**WORK ITEM:** In the entries that follow, how many lines hold "usbPlugSize"? Nothing but the number is expected.

**DATASET ENTRIES:**
────

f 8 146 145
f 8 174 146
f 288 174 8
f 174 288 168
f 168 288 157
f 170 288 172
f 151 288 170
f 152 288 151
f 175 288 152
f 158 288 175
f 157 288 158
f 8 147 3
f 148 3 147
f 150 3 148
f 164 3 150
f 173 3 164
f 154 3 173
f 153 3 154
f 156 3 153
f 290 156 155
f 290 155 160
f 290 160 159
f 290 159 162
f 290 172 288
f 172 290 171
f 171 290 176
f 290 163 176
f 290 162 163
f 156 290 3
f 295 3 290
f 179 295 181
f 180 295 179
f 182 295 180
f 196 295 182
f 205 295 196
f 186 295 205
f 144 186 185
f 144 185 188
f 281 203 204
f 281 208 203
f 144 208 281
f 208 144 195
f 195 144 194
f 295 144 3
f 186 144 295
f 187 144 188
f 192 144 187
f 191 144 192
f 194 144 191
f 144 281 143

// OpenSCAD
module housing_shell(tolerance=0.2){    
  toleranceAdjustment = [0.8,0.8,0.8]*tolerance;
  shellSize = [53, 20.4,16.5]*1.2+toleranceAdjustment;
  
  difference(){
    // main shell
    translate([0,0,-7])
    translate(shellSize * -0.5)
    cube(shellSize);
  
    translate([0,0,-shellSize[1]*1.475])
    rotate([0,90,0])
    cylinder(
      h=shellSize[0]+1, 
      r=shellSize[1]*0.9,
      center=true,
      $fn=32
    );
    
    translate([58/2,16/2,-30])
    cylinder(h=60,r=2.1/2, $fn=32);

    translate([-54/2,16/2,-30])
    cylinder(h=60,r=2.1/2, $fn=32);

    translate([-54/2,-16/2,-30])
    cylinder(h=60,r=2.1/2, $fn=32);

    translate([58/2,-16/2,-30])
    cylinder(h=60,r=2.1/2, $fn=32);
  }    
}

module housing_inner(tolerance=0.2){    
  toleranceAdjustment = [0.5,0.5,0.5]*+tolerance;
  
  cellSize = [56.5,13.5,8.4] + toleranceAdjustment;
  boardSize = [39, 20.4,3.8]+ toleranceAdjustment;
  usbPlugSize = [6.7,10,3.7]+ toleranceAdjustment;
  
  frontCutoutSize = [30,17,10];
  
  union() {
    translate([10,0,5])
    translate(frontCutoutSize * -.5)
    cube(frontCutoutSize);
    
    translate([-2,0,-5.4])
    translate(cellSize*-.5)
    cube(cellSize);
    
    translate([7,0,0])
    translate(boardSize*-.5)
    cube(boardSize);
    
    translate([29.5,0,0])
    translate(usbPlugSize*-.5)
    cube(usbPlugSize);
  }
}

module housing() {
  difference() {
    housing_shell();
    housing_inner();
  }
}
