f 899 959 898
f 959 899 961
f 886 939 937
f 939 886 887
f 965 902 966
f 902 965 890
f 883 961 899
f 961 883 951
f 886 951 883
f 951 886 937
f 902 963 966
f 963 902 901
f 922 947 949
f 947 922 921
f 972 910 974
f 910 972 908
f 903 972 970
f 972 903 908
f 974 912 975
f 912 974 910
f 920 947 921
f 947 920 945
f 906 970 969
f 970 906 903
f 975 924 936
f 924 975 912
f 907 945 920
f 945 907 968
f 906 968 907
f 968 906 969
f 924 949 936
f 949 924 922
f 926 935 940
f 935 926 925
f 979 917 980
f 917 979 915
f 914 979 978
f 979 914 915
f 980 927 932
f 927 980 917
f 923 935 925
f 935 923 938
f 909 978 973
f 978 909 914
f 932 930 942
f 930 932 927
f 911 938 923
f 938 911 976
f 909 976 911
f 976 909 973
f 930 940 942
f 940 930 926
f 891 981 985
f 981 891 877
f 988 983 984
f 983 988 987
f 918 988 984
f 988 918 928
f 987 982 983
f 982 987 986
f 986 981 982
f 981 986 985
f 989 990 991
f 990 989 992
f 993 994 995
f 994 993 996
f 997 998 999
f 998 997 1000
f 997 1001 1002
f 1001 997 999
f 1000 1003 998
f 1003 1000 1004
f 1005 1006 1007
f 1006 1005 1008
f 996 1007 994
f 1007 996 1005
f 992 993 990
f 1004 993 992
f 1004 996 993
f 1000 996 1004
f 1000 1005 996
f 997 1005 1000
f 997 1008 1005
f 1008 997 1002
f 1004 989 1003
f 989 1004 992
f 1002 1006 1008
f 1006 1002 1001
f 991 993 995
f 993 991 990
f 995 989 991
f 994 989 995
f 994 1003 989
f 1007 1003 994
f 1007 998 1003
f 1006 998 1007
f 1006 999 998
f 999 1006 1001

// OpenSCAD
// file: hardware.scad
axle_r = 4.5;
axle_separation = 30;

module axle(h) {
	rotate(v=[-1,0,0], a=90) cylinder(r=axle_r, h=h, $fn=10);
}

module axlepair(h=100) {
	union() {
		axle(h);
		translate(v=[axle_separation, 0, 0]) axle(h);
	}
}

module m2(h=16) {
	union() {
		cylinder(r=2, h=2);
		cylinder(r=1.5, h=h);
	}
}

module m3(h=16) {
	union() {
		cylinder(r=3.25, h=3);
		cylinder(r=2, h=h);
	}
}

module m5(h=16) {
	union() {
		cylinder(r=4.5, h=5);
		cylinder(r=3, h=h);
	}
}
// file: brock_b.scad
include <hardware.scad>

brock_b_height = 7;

────

**OUTPUT OF THE EXERCISE:** 3